PROBLEM REQUIREMENTS: Find the line holding "f 330 328 540" in the entries below. Give it again exactly, along with every line after it up to and including the line holding "f 220 478 476".

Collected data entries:
• • • • •

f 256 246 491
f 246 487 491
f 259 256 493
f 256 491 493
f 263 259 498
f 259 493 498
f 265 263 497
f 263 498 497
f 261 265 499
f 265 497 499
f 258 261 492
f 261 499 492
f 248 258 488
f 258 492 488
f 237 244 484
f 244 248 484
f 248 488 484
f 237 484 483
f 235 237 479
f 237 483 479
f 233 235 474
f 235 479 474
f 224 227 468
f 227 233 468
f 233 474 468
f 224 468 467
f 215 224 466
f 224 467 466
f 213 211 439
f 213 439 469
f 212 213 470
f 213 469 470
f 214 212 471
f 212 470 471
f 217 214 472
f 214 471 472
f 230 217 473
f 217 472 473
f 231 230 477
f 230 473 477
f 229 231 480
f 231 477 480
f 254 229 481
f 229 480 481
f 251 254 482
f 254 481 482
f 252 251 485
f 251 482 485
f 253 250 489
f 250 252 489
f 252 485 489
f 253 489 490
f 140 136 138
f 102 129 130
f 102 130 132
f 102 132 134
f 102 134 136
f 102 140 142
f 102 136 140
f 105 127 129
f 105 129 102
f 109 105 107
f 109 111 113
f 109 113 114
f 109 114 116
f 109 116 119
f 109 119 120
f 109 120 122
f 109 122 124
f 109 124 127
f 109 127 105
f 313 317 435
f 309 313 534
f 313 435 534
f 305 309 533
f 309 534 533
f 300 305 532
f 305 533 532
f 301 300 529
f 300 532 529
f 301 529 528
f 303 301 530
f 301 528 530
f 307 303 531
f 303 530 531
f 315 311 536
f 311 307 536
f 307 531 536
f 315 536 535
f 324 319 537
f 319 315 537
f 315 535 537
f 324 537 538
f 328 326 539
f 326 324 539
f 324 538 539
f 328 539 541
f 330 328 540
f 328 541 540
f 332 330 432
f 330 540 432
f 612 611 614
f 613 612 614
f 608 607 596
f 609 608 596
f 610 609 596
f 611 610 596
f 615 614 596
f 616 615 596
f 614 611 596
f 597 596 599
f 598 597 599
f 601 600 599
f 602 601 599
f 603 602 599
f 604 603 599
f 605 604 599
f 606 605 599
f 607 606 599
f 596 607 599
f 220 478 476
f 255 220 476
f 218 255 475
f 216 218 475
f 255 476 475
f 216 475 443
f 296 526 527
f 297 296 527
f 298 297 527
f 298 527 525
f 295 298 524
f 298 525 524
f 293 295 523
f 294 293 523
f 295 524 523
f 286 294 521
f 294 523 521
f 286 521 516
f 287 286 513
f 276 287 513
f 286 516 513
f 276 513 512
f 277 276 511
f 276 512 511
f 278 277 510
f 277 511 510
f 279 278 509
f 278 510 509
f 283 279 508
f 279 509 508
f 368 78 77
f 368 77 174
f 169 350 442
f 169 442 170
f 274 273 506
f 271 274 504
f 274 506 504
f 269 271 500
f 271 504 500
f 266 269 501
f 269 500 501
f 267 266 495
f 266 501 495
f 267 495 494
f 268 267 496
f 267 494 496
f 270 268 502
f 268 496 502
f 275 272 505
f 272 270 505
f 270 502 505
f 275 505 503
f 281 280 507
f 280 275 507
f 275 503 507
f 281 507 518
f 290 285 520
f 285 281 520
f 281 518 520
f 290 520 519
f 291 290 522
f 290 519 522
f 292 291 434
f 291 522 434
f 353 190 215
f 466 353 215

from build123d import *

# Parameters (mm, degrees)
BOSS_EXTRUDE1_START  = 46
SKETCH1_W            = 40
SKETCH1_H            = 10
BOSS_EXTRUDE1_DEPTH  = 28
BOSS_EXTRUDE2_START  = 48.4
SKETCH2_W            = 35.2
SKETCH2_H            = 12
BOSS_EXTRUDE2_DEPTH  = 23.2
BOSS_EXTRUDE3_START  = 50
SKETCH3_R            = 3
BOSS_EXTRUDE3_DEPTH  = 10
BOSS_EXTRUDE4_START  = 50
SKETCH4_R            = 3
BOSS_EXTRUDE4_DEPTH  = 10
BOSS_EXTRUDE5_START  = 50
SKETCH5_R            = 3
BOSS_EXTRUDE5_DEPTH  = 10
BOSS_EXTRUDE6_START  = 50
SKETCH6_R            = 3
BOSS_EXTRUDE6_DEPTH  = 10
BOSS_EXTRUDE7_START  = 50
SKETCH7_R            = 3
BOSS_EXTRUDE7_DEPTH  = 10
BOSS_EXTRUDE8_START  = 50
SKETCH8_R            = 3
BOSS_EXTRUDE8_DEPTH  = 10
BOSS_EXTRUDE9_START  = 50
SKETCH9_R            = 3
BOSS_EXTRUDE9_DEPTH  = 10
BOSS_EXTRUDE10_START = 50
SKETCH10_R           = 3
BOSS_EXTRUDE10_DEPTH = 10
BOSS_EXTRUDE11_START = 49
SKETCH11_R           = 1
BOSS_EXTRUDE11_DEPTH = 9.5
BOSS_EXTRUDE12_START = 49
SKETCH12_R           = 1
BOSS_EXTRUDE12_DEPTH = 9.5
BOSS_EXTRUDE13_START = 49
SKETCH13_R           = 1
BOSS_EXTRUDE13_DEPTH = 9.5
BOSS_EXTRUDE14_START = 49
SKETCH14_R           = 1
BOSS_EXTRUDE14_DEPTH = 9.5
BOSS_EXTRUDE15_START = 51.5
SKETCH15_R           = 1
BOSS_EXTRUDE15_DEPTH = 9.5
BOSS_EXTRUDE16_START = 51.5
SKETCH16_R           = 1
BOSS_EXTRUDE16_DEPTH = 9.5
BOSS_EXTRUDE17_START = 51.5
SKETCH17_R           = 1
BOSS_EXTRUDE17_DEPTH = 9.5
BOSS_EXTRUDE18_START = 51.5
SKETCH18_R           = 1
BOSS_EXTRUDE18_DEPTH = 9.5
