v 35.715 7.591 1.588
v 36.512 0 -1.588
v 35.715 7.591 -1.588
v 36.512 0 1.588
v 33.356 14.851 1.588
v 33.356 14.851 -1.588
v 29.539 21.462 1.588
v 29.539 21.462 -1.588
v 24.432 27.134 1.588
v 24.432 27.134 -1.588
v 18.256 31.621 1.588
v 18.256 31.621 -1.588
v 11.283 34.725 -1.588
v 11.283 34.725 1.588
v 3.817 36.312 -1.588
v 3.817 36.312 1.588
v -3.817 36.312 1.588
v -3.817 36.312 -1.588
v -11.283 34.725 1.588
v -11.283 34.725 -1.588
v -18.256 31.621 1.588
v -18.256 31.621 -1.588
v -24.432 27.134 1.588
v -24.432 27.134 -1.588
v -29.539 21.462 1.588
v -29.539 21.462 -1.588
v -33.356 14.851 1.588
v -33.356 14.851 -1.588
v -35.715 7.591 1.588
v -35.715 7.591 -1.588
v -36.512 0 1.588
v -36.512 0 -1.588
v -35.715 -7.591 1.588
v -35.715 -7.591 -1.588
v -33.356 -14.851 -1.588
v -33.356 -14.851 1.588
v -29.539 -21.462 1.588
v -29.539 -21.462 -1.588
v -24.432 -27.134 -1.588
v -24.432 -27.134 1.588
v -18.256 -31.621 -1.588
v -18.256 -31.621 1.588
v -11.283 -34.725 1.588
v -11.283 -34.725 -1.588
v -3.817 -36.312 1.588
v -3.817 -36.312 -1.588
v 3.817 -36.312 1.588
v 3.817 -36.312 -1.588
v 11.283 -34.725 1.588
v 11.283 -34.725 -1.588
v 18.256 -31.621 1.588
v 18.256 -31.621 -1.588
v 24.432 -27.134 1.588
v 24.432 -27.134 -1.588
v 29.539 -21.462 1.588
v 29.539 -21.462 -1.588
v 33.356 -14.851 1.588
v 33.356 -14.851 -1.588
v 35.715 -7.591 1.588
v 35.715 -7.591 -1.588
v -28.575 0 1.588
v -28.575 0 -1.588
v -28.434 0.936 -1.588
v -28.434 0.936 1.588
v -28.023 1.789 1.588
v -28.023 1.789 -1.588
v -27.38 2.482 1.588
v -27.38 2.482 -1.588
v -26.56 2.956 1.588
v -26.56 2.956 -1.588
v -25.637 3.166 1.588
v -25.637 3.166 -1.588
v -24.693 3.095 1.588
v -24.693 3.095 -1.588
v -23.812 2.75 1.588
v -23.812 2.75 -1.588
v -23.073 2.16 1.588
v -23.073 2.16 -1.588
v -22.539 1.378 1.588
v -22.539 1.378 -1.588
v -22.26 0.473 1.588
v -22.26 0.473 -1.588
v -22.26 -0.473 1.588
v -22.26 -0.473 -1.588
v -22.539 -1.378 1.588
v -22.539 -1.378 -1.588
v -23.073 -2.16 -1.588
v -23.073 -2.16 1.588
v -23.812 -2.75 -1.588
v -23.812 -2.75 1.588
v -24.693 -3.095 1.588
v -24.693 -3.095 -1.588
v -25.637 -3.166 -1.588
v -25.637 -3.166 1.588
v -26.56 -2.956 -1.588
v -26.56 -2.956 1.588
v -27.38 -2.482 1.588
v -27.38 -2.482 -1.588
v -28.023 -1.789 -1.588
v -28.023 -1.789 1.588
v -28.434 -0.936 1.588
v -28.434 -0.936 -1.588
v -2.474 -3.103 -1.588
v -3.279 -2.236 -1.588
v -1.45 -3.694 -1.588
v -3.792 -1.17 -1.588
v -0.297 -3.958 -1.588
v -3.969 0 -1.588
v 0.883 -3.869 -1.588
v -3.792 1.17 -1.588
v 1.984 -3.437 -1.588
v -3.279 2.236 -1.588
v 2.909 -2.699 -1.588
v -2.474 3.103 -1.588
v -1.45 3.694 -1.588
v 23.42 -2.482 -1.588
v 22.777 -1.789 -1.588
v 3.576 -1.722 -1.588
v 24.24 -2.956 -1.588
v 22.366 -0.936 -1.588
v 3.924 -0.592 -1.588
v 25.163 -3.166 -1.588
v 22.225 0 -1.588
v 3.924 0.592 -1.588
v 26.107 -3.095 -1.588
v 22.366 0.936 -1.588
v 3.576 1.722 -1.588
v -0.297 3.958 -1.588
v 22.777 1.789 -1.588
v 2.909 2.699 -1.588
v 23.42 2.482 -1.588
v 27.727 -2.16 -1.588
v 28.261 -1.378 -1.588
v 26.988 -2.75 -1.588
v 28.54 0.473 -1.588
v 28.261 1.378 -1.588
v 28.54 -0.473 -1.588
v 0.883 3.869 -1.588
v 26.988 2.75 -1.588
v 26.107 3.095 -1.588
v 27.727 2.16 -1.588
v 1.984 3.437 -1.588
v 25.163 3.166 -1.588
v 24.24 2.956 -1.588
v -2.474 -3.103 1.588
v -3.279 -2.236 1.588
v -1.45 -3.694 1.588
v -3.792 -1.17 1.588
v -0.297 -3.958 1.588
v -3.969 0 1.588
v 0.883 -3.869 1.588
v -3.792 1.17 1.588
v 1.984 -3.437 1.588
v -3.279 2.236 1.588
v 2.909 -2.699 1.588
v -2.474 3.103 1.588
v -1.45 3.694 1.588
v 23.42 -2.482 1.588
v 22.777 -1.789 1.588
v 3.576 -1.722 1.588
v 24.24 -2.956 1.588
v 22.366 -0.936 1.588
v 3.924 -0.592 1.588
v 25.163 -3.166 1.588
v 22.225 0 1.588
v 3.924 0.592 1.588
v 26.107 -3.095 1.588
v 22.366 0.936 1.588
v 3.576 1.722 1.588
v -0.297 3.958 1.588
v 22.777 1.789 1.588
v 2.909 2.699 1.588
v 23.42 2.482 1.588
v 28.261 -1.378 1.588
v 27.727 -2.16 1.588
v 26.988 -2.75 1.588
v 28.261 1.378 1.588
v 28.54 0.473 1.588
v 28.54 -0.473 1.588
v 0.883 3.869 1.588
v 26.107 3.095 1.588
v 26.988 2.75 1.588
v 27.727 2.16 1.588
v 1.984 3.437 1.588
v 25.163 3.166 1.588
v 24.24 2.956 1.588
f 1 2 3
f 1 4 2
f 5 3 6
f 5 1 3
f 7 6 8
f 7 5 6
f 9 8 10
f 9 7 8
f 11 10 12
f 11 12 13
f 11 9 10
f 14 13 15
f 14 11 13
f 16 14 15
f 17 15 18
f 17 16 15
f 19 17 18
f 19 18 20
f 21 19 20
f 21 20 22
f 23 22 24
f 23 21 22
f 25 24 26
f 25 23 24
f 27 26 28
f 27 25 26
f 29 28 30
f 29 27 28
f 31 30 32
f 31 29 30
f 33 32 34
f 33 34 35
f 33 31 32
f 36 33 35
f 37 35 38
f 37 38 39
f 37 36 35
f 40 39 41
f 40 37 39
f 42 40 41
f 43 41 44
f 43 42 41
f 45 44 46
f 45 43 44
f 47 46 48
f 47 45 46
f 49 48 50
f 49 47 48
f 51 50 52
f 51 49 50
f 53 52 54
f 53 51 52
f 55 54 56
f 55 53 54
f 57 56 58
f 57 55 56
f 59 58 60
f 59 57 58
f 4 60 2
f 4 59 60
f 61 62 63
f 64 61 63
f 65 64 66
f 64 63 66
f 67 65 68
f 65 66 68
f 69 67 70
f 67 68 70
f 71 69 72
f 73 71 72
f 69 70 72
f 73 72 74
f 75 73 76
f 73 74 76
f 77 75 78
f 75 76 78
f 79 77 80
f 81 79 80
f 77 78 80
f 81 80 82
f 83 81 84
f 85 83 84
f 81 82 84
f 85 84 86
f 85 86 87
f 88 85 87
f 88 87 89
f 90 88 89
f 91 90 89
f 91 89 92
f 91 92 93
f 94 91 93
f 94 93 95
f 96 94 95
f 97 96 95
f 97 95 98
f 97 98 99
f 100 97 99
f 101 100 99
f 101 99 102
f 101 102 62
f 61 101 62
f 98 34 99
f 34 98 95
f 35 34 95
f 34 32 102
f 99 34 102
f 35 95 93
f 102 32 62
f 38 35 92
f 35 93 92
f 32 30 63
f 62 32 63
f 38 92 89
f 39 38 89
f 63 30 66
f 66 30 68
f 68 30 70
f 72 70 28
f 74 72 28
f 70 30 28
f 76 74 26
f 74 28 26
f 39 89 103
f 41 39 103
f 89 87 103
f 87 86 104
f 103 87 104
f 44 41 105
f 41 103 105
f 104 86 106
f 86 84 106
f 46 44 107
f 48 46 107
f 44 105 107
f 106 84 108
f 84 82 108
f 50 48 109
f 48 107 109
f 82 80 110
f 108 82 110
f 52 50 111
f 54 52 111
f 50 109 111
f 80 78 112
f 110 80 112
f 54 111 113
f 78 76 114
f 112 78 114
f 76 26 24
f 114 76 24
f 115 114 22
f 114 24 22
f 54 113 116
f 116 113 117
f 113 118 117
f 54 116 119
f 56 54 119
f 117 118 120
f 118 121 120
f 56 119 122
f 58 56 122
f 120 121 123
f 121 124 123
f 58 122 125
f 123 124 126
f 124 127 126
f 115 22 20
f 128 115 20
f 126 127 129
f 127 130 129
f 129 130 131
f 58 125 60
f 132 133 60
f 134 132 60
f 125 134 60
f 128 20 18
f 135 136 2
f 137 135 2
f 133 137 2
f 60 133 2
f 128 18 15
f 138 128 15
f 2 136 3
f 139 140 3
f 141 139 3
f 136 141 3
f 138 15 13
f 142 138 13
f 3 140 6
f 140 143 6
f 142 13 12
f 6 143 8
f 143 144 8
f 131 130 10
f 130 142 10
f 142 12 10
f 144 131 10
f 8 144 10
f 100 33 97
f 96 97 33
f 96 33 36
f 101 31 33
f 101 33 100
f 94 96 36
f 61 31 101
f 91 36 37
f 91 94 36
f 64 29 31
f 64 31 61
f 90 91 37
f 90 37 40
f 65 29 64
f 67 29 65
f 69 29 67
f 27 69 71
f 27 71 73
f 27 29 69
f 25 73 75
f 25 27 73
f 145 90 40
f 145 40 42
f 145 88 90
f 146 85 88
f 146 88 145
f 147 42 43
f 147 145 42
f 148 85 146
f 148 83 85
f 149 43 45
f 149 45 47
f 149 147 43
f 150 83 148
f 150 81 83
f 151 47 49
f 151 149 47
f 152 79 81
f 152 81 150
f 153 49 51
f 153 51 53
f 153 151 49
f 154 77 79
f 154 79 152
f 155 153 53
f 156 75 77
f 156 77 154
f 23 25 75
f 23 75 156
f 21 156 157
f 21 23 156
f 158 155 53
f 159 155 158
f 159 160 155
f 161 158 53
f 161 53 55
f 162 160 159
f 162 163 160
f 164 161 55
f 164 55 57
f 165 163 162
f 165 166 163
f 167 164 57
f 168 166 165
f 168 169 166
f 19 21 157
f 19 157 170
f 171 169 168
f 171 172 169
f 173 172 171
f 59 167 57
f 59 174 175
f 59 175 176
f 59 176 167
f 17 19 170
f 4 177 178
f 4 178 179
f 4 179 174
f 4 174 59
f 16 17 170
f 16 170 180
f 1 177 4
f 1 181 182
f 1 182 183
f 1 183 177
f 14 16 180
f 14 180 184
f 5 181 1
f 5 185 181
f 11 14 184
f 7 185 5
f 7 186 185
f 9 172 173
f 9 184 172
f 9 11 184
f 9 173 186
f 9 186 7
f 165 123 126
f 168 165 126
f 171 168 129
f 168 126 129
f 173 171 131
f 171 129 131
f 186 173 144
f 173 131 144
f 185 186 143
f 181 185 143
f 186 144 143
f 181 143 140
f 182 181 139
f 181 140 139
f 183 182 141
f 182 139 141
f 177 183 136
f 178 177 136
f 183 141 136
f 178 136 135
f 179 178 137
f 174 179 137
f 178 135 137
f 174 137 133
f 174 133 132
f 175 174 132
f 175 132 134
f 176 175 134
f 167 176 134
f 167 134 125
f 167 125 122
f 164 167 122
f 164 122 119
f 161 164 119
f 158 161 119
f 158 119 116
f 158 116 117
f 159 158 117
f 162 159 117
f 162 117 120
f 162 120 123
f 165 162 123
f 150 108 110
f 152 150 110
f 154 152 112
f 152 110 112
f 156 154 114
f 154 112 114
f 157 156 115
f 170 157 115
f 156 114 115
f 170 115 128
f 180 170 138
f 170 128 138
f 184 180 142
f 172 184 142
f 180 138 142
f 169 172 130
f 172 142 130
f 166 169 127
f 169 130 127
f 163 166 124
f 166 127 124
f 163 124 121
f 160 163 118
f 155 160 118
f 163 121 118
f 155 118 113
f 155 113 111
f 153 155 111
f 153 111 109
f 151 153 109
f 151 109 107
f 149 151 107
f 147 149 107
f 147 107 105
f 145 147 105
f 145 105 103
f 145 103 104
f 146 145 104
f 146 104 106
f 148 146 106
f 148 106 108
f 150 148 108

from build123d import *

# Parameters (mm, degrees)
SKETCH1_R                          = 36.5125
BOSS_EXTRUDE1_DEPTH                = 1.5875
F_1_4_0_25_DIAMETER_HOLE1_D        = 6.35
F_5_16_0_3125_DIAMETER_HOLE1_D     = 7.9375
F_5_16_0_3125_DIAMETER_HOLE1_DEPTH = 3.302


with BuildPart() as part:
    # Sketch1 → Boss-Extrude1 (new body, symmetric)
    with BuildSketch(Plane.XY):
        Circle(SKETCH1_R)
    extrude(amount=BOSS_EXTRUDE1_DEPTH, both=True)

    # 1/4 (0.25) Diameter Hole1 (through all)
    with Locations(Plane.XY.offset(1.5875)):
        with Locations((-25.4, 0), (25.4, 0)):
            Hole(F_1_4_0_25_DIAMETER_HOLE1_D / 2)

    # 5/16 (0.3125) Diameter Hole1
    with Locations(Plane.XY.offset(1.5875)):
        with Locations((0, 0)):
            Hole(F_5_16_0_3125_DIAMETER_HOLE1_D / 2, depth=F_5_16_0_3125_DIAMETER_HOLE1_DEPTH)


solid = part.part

• • • • •

WRITTEN REPLY:
f 330 328 540
f 328 541 540
f 332 330 432
f 330 540 432
f 612 611 614
f 613 612 614
f 608 607 596
f 609 608 596
f 610 609 596
f 611 610 596
f 615 614 596
f 616 615 596
f 614 611 596
f 597 596 599
f 598 597 599
f 601 600 599
f 602 601 599
f 603 602 599
f 604 603 599
f 605 604 599
f 606 605 599
f 607 606 599
f 596 607 599
f 220 478 476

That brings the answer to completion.